▶ DIRECTIONS: Report every line below that has the string "join" in it.

Start of RECORD EXTRACTS

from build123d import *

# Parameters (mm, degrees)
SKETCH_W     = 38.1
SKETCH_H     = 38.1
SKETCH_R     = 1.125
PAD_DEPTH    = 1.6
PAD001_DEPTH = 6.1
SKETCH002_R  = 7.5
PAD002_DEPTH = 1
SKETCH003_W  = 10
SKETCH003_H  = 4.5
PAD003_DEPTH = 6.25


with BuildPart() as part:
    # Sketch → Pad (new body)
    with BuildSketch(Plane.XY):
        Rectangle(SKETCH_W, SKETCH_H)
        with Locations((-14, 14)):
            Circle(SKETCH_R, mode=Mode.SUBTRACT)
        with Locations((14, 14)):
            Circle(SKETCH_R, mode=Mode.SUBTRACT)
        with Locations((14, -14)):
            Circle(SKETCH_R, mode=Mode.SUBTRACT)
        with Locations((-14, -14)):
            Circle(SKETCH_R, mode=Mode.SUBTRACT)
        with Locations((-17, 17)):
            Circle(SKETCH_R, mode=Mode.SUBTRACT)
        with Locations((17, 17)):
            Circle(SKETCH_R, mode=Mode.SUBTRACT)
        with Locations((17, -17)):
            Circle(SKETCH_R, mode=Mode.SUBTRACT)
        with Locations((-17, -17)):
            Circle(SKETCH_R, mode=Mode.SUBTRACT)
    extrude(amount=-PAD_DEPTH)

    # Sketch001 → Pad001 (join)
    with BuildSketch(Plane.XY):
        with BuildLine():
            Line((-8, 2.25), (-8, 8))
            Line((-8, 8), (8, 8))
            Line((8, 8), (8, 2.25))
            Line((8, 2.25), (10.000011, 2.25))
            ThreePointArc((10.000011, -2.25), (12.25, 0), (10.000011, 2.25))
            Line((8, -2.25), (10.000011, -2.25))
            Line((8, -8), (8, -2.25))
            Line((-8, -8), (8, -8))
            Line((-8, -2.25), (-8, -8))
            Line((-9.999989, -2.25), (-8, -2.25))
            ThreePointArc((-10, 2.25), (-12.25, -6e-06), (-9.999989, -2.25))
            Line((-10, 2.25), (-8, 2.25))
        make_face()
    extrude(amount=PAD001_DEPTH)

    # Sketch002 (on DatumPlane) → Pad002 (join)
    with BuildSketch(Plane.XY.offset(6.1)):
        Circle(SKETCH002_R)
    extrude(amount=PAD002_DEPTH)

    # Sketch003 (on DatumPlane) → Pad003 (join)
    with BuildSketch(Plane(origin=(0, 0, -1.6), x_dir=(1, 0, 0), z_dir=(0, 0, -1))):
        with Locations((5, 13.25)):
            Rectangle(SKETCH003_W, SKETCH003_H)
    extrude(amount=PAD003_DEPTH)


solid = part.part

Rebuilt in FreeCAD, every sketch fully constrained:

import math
import FreeCAD as App
import Part
import Sketcher

doc = App.newDocument("Part")
params = doc.addObject("Spreadsheet::Sheet", "Params")
for row, (alias, value) in enumerate([
    ("sketch1_diameter", "2.25 mm"),
    ("sketch1_width", "38.1 mm"),
    ("pad1_length", "1.6 mm"),
    ("sketch2_width", "2 mm"),
    ("sketch2_width2", "16 mm"),
    ("sketch2_radius", "2.25 mm"),
    ("pad2_length", "6.1 mm"),
    ("sketch3_diameter", "15 mm"),
    ("pad3_length", "1 mm"),
    ("sketch4_width", "10 mm"),
    ("sketch4_height", "4.5 mm"),
    ("pad4_length", "6.25 mm"),
], start=1):
    params.set(f"A{row}", alias)
    params.set(f"B{row}", "=" + value)
    params.setAlias(f"B{row}", alias)

body = doc.addObject("PartDesign::Body", "Body")

# Sketch on XY plane
sketch1 = doc.addObject("Sketcher::SketchObject", "Sketch")
body.addObject(sketch1)
sketch1.AttachmentSupport = (doc.XY_Plane, [""])
sketch1.MapMode = "FlatFace"
sketch1.addGeometry(Part.LineSegment(App.Vector(-19.1, 19.1, 0), App.Vector(-19.1, -19.1, 0)), False)
sketch1.addGeometry(Part.LineSegment(App.Vector(-19.1, -19.1, 0), App.Vector(19.1, -19.1, 0)), False)
sketch1.addGeometry(Part.LineSegment(App.Vector(19.1, -19.1, 0), App.Vector(19.1, 19.1, 0)), False)
sketch1.addGeometry(Part.LineSegment(App.Vector(19.1, 19.1, 0), App.Vector(-19.1, 19.1, 0)), False)
sketch1.addGeometry(Part.Circle(App.Vector(-17, -17, 0), App.Vector(0, 0, 1), 1.1), False)
sketch1.addGeometry(Part.Circle(App.Vector(-14, -14, 0), App.Vector(0, 0, 1), 1.1), False)
sketch1.addGeometry(Part.Circle(App.Vector(17, -17, 0), App.Vector(0, 0, 1), 1.1), False)
sketch1.addGeometry(Part.Circle(App.Vector(14, -14, 0), App.Vector(0, 0, 1), 1.1), False)
sketch1.addGeometry(Part.Circle(App.Vector(-14, 14, 0), App.Vector(0, 0, 1), 1.1), False)
sketch1.addGeometry(Part.Circle(App.Vector(-17, 17, 0), App.Vector(0, 0, 1), 1.1), False)
sketch1.addGeometry(Part.Circle(App.Vector(14, 14, 0), App.Vector(0, 0, 1), 1.1), False)
sketch1.addGeometry(Part.Circle(App.Vector(17, 17, 0), App.Vector(0, 0, 1), 1.1), False)
sketch1.addConstraint(Sketcher.Constraint("Coincident", 0, 2, 1, 1))
sketch1.addConstraint(Sketcher.Constraint("Coincident", 1, 2, 2, 1))
sketch1.addConstraint(Sketcher.Constraint("Coincident", 2, 2, 3, 1))
sketch1.addConstraint(Sketcher.Constraint("Coincident", 3, 2, 0, 1))
sketch1.addConstraint(Sketcher.Constraint("Vertical", 0))
sketch1.addConstraint(Sketcher.Constraint("Horizontal", 1))
sketch1.addConstraint(Sketcher.Constraint("Vertical", 2))
sketch1.addConstraint(Sketcher.Constraint("Horizontal", 3))
sketch1.addConstraint(Sketcher.Constraint("Equal", 4, 5))
sketch1.addConstraint(Sketcher.Constraint("Equal", 5, 6))
sketch1.addConstraint(Sketcher.Constraint("Equal", 6, 7))
sketch1.addConstraint(Sketcher.Constraint("Equal", 7, 8))
sketch1.addConstraint(Sketcher.Constraint("Equal", 8, 9))
sketch1.addConstraint(Sketcher.Constraint("Equal", 9, 10))
sketch1.addConstraint(Sketcher.Constraint("Equal", 10, 11))
sketch1.addConstraint(Sketcher.Constraint("Symmetric", 7, 3, 8, 3, -1, 1))
sketch1.addConstraint(Sketcher.Constraint("Symmetric", 6, 3, 9, 3, -1, 1))
sketch1.addConstraint(Sketcher.Constraint("Symmetric", 5, 3, 10, 3, -1, 1))
sketch1.addConstraint(Sketcher.Constraint("Symmetric", 4, 3, 11, 3, -1, 1))
sketch1.addConstraint(Sketcher.Constraint("Symmetric", 0, 2, 2, 2, -1, 1))
sketch1.addConstraint(Sketcher.Constraint("Symmetric", 4, 3, 6, 3, -2))
sketch1.addConstraint(Sketcher.Constraint("Symmetric", 5, 3, 7, 3, -2))
sketch1.addConstraint(Sketcher.Constraint("Equal", 3, 0))
sketch1.addConstraint(Sketcher.Constraint("Diameter", 4, 2.25))
sketch1.addConstraint(Sketcher.Constraint("DistanceX", 1, 1, 1, 2, 38.1))
sketch1.addConstraint(Sketcher.Constraint("DistanceX", 4, 3, -1, 1, 17.0))
sketch1.addConstraint(Sketcher.Constraint("DistanceY", 4, 3, -1, 1, 17.0))
sketch1.addConstraint(Sketcher.Constraint("DistanceX", 5, 3, -1, 1, 14.0))
sketch1.addConstraint(Sketcher.Constraint("DistanceY", 5, 3, -1, 1, 14.0))
sketch1.setExpression("Constraints[23]", "Params.sketch1_diameter")
sketch1.setExpression("Constraints[24]", "Params.sketch1_width")
pad1 = doc.addObject("PartDesign::Pad", "Pad")
body.addObject(pad1)
pad1.Profile = sketch1
pad1.setExpression("Length", "Params.pad1_length")
pad1.Reversed = True

# Sketch on XY plane
sketch2 = doc.addObject("Sketcher::SketchObject", "Sketch001")
body.addObject(sketch2)
sketch2.AttachmentSupport = (doc.XY_Plane, [""])
sketch2.MapMode = "FlatFace"
sketch2.addGeometry(Part.LineSegment(App.Vector(-8, 8, 0), App.Vector(-8, 2.2, 0)), False)
sketch2.addGeometry(Part.LineSegment(App.Vector(-8, 2.2, 0), App.Vector(-10, 2.2, 0)), False)
sketch2.addGeometry(Part.ArcOfCircle(Part.Circle(App.Vector(-10, 0, 0), App.Vector(0, 0, 1), 2.2), math.radians(90), math.radians(270)), False)
sketch2.addGeometry(Part.LineSegment(App.Vector(-10, -2.2, 0), App.Vector(-8, -2.2, 0)), False)
sketch2.addGeometry(Part.LineSegment(App.Vector(-8, -2.2, 0), App.Vector(-8, -8, 0)), False)
sketch2.addGeometry(Part.LineSegment(App.Vector(-8, -8, 0), App.Vector(8, -8, 0)), False)
sketch2.addGeometry(Part.LineSegment(App.Vector(8, -8, 0), App.Vector(8, -2.2, 0)), False)
sketch2.addGeometry(Part.LineSegment(App.Vector(8, -2.2, 0), App.Vector(10, -2.2, 0)), False)
sketch2.addGeometry(Part.ArcOfCircle(Part.Circle(App.Vector(10, 0, 0), App.Vector(0, 0, 1), 2.2), math.radians(-90), math.radians(90)), False)
sketch2.addGeometry(Part.LineSegment(App.Vector(10, 2.2, 0), App.Vector(8, 2.2, 0)), False)
sketch2.addGeometry(Part.LineSegment(App.Vector(8, 2.2, 0), App.Vector(8, 8, 0)), False)
sketch2.addGeometry(Part.LineSegment(App.Vector(8, 8, 0), App.Vector(-8, 8, 0)), False)
sketch2.addConstraint(Sketcher.Constraint("Coincident", 0, 2, 1, 1))
sketch2.addConstraint(Sketcher.Constraint("Tangent", 1, 2, 2, 1))
sketch2.addConstraint(Sketcher.Constraint("Coincident", 2, 2, 3, 1))
sketch2.addConstraint(Sketcher.Constraint("Coincident", 3, 2, 4, 1))
sketch2.addConstraint(Sketcher.Constraint("Coincident", 4, 2, 5, 1))
sketch2.addConstraint(Sketcher.Constraint("Coincident", 5, 2, 6, 1))
sketch2.addConstraint(Sketcher.Constraint("Coincident", 6, 2, 7, 1))
sketch2.addConstraint(Sketcher.Constraint("Coincident", 7, 2, 8, 1))
sketch2.addConstraint(Sketcher.Constraint("Coincident", 8, 2, 9, 1))
sketch2.addConstraint(Sketcher.Constraint("Coincident", 9, 2, 10, 1))
sketch2.addConstraint(Sketcher.Constraint("Coincident", 10, 2, 11, 1))
sketch2.addConstraint(Sketcher.Constraint("Coincident", 11, 2, 0, 1))
sketch2.addConstraint(Sketcher.Constraint("Vertical", 0))
sketch2.addConstraint(Sketcher.Constraint("Horizontal", 1))
sketch2.addConstraint(Sketcher.Constraint("Horizontal", 3))
sketch2.addConstraint(Sketcher.Constraint("Vertical", 4))
sketch2.addConstraint(Sketcher.Constraint("Horizontal", 5))
sketch2.addConstraint(Sketcher.Constraint("Vertical", 6))
sketch2.addConstraint(Sketcher.Constraint("Horizontal", 7))
sketch2.addConstraint(Sketcher.Constraint("Horizontal", 9))
sketch2.addConstraint(Sketcher.Constraint("Vertical", 10))
sketch2.addConstraint(Sketcher.Constraint("Horizontal", 11))
sketch2.addConstraint(Sketcher.Constraint("Equal", 2, 8))
sketch2.addConstraint(Sketcher.Constraint("Symmetric", 2, 3, 8, 3, -1, 1))
sketch2.addConstraint(Sketcher.Constraint("Symmetric", 4, 2, 10, 2, -1, 1))
sketch2.addConstraint(Sketcher.Constraint("Symmetric", 3, 2, 6, 2, -2))
sketch2.addConstraint(Sketcher.Constraint("Vertical", 0, 2, 3, 2))
sketch2.addConstraint(Sketcher.Constraint("Vertical", 7, 2, 8, 2))
sketch2.addConstraint(Sketcher.Constraint("DistanceX", 1, 2, 1, 1, 2.0))
sketch2.addConstraint(Sketcher.Constraint("DistanceX", 5, 1, 5, 2, 16.0))
sketch2.addConstraint(Sketcher.Constraint("Radius", 2, 2.25))
sketch2.addConstraint(Sketcher.Constraint("DistanceY", 4, 2, -1, 1, 8.0))
sketch2.addConstraint(Sketcher.Constraint("DistanceX", 3, 1, 3, 2, 1.999989))
sketch2.addConstraint(Sketcher.Constraint("DistanceX", 7, 1, 7, 2, 2.000011))
sketch2.setExpression("Constraints[28]", "Params.sketch2_width")
sketch2.setExpression("Constraints[29]", "Params.sketch2_width2")
sketch2.setExpression("Constraints[30]", "Params.sketch2_radius")
pad2 = doc.addObject("PartDesign::Pad", "Pad001")
body.addObject(pad2)
pad2.Profile = sketch2
pad2.setExpression("Length", "Params.pad2_length")

# Sketch on XY plane
sketch3 = doc.addObject("Sketcher::SketchObject", "Sketch002")
body.addObject(sketch3)
sketch3.AttachmentSupport = (doc.XY_Plane, [""])
sketch3.MapMode = "FlatFace"
sketch3.AttachmentOffset = App.Placement(App.Vector(0, 0, 6.1), App.Rotation())
sketch3.addGeometry(Part.Circle(App.Vector(0, 0, 0), App.Vector(0, 0, 1), 8), False)
sketch3.addConstraint(Sketcher.Constraint("Coincident", 0, 3, -1, 1))
sketch3.addConstraint(Sketcher.Constraint("Diameter", 0, 15.0))
sketch3.setExpression("Constraints[1]", "Params.sketch3_diameter")
pad3 = doc.addObject("PartDesign::Pad", "Pad002")
body.addObject(pad3)
pad3.Profile = sketch3
pad3.setExpression("Length", "Params.pad3_length")

# Sketch on XY plane
sketch4 = doc.addObject("Sketcher::SketchObject", "Sketch003")
body.addObject(sketch4)
sketch4.AttachmentSupport = (doc.XY_Plane, [""])
sketch4.MapMode = "FlatFace"
sketch4.AttachmentOffset = App.Placement(App.Vector(0, 0, -1.6), App.Rotation())
sketch4.addGeometry(Part.LineSegment(App.Vector(0, -15.5, 0), App.Vector(0, -11, 0)), False)
sketch4.addGeometry(Part.LineSegment(App.Vector(0, -11, 0), App.Vector(10, -11, 0)), False)
sketch4.addGeometry(Part.LineSegment(App.Vector(10, -11, 0), App.Vector(10, -15.5, 0)), False)
sketch4.addGeometry(Part.LineSegment(App.Vector(10, -15.5, 0), App.Vector(0, -15.5, 0)), False)
sketch4.addConstraint(Sketcher.Constraint("Coincident", 0, 2, 1, 1))
sketch4.addConstraint(Sketcher.Constraint("Coincident", 1, 2, 2, 1))
sketch4.addConstraint(Sketcher.Constraint("Coincident", 2, 2, 3, 1))
sketch4.addConstraint(Sketcher.Constraint("Coincident", 3, 2, 0, 1))
sketch4.addConstraint(Sketcher.Constraint("Vertical", 0))
sketch4.addConstraint(Sketcher.Constraint("Horizontal", 1))
sketch4.addConstraint(Sketcher.Constraint("Vertical", 2))
sketch4.addConstraint(Sketcher.Constraint("Horizontal", 3))
sketch4.addConstraint(Sketcher.Constraint("PointOnObject", 0, 2, -2))
sketch4.addConstraint(Sketcher.Constraint("DistanceX", 1, 1, 1, 2, 10.0))
sketch4.addConstraint(Sketcher.Constraint("DistanceY", 0, 1, 0, 2, 4.5))
sketch4.addConstraint(Sketcher.Constraint("DistanceY", 0, 2, -1, 1, 11.0))
sketch4.setExpression("Constraints[9]", "Params.sketch4_width")
sketch4.setExpression("Constraints[10]", "Params.sketch4_height")
pad4 = doc.addObject("PartDesign::Pad", "Pad003")
body.addObject(pad4)
pad4.Profile = sketch4
pad4.setExpression("Length", "Params.pad4_length")
pad4.Reversed = True

doc.recompute()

End of RECORD EXTRACTS

▶ PROBLEM SOLUTION:
    # Sketch001 → Pad001 (join)
    # Sketch002 (on DatumPlane) → Pad002 (join)
    # Sketch003 (on DatumPlane) → Pad003 (join)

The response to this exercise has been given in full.